When the former Chancellor ruled, she was mostly able to rely on a consensus among politicians and the population. Her decisions are now becoming increasingly polarizing – but Merkel sees few mistakes in herself.

Merkel was German Chancellor from 2005 to 2021.

Michael Sohn / AP

After her fourth and final term in office, things had become quiet about former German Chancellor Angela Merkel. Most recently, the Christian Democratic politician even left the party-affiliated Konrad Adenauer Foundation. It was said that she wanted to shape her new life freely, without any political constraints.

But now she is appearing again as a politician. With her political biography “Freedom,” published on Tuesday by Kiepenheuer & Witsch, she wants to regain the authority to interpret her long time in the Chancellery.

This also involves such serious decisions as the failure to close the border during the asylum crisis in 2015. Merkel still does not want to understand the political controversy surrounding this time. This can be shown particularly clearly in one example: the way she looks back on her dictum “We can do it”.

“We can do it”: Merkel doesn’t understand the criticism

The sentence was made in August 2015 when the first public doubts arose as to whether Germany could actually accept over a million asylum migrants – mainly Syrians. Merkel writes: “If someone had told me back then that ‘We can do it’, these three banal words, would later be held against me for weeks, months, years, and by some to this day, I would have looked in disbelief and asked: Excuse me?”

She commented similarly on a photo she took with a refugee. She wrote that she had “not the slightest idea” of “what waves this picture and other selfies would cause.” The basic tone of the book: She, the former Chancellor, always acted objectively in the interests of Germany and Europe. Others are responsible for the political polarization.

Merkel’s election campaign strategy was described at the time as “asymmetrical demobilization”. There is a simple concept behind the cumbersome term: those who follow this strategy avoid controversial statements. As far as possible, he even integrates the opponent’s concepts into his own program.
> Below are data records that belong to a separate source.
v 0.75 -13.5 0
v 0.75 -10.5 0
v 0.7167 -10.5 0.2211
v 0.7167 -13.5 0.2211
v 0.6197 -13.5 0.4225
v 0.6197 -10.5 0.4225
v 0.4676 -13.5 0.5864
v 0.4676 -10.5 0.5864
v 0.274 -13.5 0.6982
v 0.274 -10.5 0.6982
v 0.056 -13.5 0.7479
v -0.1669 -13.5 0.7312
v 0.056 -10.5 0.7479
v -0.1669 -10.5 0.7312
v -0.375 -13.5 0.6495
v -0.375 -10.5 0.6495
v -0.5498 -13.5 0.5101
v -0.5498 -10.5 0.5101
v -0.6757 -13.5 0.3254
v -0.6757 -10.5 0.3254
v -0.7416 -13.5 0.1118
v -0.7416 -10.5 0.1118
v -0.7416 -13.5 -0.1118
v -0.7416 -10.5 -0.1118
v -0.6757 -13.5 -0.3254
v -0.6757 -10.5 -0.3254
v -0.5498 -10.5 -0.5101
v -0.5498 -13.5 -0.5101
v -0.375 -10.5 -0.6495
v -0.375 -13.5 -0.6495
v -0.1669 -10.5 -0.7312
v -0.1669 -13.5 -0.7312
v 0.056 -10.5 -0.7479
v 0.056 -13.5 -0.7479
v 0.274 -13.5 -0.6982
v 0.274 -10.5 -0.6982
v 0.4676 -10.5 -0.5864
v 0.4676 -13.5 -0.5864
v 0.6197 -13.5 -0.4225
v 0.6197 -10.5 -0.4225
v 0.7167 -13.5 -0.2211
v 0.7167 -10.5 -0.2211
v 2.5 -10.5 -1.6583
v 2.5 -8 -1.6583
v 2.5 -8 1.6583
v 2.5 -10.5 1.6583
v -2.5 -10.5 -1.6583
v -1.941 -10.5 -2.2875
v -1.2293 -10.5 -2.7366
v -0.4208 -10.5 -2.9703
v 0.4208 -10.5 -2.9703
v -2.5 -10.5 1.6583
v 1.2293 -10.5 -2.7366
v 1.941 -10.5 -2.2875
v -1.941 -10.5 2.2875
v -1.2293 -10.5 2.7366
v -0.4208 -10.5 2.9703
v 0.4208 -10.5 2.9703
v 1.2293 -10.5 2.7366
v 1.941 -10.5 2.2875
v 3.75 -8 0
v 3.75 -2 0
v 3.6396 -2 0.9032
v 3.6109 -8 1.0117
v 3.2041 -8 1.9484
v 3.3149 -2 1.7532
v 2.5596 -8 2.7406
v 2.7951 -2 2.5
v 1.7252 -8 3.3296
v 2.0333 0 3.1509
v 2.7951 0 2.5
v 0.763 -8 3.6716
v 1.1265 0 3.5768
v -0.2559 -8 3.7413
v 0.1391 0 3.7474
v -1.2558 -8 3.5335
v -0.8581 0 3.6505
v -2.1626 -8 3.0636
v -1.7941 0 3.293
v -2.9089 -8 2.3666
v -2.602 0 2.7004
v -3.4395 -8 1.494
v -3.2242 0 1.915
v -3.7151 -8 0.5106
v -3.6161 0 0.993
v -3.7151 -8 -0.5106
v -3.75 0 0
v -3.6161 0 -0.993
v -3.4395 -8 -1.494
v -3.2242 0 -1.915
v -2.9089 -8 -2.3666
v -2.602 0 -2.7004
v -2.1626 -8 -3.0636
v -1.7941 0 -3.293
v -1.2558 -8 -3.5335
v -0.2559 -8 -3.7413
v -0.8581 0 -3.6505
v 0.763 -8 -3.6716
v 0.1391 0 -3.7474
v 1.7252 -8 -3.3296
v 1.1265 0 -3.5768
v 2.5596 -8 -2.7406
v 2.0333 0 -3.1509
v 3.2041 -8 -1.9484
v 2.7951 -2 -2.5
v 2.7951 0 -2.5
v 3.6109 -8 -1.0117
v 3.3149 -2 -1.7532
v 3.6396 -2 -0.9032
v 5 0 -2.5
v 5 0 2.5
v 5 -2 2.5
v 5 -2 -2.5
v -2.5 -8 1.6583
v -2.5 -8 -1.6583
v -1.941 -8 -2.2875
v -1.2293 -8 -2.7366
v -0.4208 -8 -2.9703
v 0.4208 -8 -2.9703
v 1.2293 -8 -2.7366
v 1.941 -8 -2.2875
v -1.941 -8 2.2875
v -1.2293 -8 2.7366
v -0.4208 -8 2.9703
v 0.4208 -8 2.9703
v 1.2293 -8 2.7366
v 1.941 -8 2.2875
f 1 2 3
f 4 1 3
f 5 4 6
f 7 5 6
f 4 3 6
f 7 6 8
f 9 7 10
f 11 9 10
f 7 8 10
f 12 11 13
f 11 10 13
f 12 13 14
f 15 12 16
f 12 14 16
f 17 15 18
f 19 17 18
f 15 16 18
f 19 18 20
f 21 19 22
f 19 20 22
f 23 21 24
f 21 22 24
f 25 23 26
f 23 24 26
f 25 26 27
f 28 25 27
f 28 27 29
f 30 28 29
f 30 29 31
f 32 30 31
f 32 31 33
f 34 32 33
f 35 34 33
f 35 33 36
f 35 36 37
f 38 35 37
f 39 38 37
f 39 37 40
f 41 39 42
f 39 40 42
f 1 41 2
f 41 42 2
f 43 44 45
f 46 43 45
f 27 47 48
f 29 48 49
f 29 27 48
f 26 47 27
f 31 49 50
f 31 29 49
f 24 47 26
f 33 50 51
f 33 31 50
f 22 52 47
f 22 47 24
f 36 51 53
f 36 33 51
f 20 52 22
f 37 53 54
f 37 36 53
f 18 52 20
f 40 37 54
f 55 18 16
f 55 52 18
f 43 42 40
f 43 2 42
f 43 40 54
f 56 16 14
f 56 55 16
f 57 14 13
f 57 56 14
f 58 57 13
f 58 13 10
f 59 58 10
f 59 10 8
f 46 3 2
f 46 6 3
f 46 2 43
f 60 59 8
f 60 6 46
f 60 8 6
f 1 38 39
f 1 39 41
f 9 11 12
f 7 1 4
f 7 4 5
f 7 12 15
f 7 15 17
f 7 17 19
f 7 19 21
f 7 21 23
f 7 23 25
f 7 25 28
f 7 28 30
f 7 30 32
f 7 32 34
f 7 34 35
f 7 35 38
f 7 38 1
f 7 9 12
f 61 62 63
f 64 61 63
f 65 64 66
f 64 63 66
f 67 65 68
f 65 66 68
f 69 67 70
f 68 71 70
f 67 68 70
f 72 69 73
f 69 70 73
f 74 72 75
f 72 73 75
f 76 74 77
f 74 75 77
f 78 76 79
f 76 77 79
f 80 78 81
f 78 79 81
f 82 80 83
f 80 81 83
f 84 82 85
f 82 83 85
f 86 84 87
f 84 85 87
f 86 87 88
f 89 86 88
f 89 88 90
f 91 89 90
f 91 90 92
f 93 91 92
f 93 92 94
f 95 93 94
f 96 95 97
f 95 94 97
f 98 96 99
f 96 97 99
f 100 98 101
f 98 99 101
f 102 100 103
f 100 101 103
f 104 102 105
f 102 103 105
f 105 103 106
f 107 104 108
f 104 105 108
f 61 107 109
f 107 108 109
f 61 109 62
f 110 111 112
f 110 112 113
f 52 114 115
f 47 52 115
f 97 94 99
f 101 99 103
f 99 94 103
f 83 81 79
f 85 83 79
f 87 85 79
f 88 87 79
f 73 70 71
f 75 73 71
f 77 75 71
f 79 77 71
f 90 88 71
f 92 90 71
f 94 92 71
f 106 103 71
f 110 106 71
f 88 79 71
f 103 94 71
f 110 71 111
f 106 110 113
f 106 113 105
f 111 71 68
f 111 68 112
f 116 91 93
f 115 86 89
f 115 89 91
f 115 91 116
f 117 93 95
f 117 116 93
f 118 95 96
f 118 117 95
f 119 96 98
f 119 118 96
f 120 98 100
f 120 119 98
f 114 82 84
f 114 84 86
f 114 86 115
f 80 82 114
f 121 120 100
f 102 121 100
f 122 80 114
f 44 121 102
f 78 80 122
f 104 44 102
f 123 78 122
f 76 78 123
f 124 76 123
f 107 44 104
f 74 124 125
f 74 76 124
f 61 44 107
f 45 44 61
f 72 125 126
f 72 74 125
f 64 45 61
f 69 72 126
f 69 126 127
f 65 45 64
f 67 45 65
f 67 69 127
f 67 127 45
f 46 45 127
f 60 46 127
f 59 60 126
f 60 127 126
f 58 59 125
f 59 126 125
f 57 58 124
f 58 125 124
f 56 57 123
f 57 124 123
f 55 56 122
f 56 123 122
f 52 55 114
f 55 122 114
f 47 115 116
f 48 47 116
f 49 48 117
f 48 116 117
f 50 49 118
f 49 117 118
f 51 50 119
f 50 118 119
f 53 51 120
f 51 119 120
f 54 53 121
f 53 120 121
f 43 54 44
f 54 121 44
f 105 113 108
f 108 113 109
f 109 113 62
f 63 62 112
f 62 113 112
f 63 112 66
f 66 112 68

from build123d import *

# Parameters (mm, degrees)
F0_R     = 3.75
F1_DEPTH = 8
F3_DEPTH = 2.5
F4_R     = 0.75
F5_DEPTH = 3
F7_DEPTH = 2


# Not quite as in the source:
# - a feature names something its author has since deleted; it is built from what else it names


with BuildPart() as f1:
    # F0 (on Front) → F1 (new body)
    with BuildSketch(Plane.XZ):
        Circle(F0_R)
    extrude(amount=F1_DEPTH)

    # F2 (on face) → F3 (join)
    with BuildSketch(Plane.XZ.offset(8)):
        with BuildLine():
            Line((-2.5, 1.6583123952), (-2.5, -1.6583123952))
            ThreePointArc((-2.5, -1.6583123952), (0, -3), (2.5, -1.6583123952))
            Line((2.5, -1.6583123952), (2.5, 1.6583123952))
            ThreePointArc((2.5, 1.6583123952), (0, 3), (-2.5, 1.6583123952))
        make_face()
    extrude(amount=F3_DEPTH)

    # F4 (on face) → F5 (join)
    with BuildSketch(Plane.XZ.offset(10.5)):
        Circle(F4_R)
    extrude(amount=F5_DEPTH)

    # F6 (on face) → F7 (join)
    with BuildSketch(Plane(origin=(0, 0, 0), x_dir=(-1, 0, 0), z_dir=(0, 1, 0))):
        with BuildLine():
            Line((0, 2.5), (-2.7950849719, 2.5))
            ThreePointArc((-2.7950849719, 2.5), (-3.75, 0), (-2.7950849719, -2.5))
            Line((-2.7950849719, -2.5), (0, -2.5))
            Line((0, -2.5), (0, 2.5))
        make_face()
        with BuildLine():
            Line((-2.7950849719, 2.5), (-5, 2.5))
            Line((-5, 2.5), (-5, -2.5))
            Line((-5, -2.5), (-2.7950849719, -2.5))
            ThreePointArc((-2.7950849719, -2.5), (-3.75, 0), (-2.7950849719, 2.5))
        make_face()
    extrude(amount=-F7_DEPTH)


solid = f1.part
As a result, the parties in the political center became increasingly similar to one another. Some potential voters from the SPD and the Greens stayed at home on election day – or they voted for Merkel straight away.

Merkel’s “lack of alternatives” gave the AfD its name

Martin Schulz, the hapless Social Democratic candidate for chancellor in the 2017 parliamentary election, spoke of an “attack on democracy” that Merkel’s party was guilty of. In fact, Merkel’s demobilization tactics not only weakened the Social Democrats, but also strengthened the AfD.

The Alternative for Germany was founded in 2013 as a response to Merkel’s dogma that there was “no alternative” to saving the euro in the wake of the financial crisis. “The party founders rejected my government’s policy of stabilizing the euro,” writes Merkel. “I, on the other hand, was proud that we had managed to save the euro.” With her re-election she felt that her course had been confirmed, she tells the reader. The protest by the AfD, whose founders included several economically liberal ex-CDU politicians, apparently didn’t bother them much.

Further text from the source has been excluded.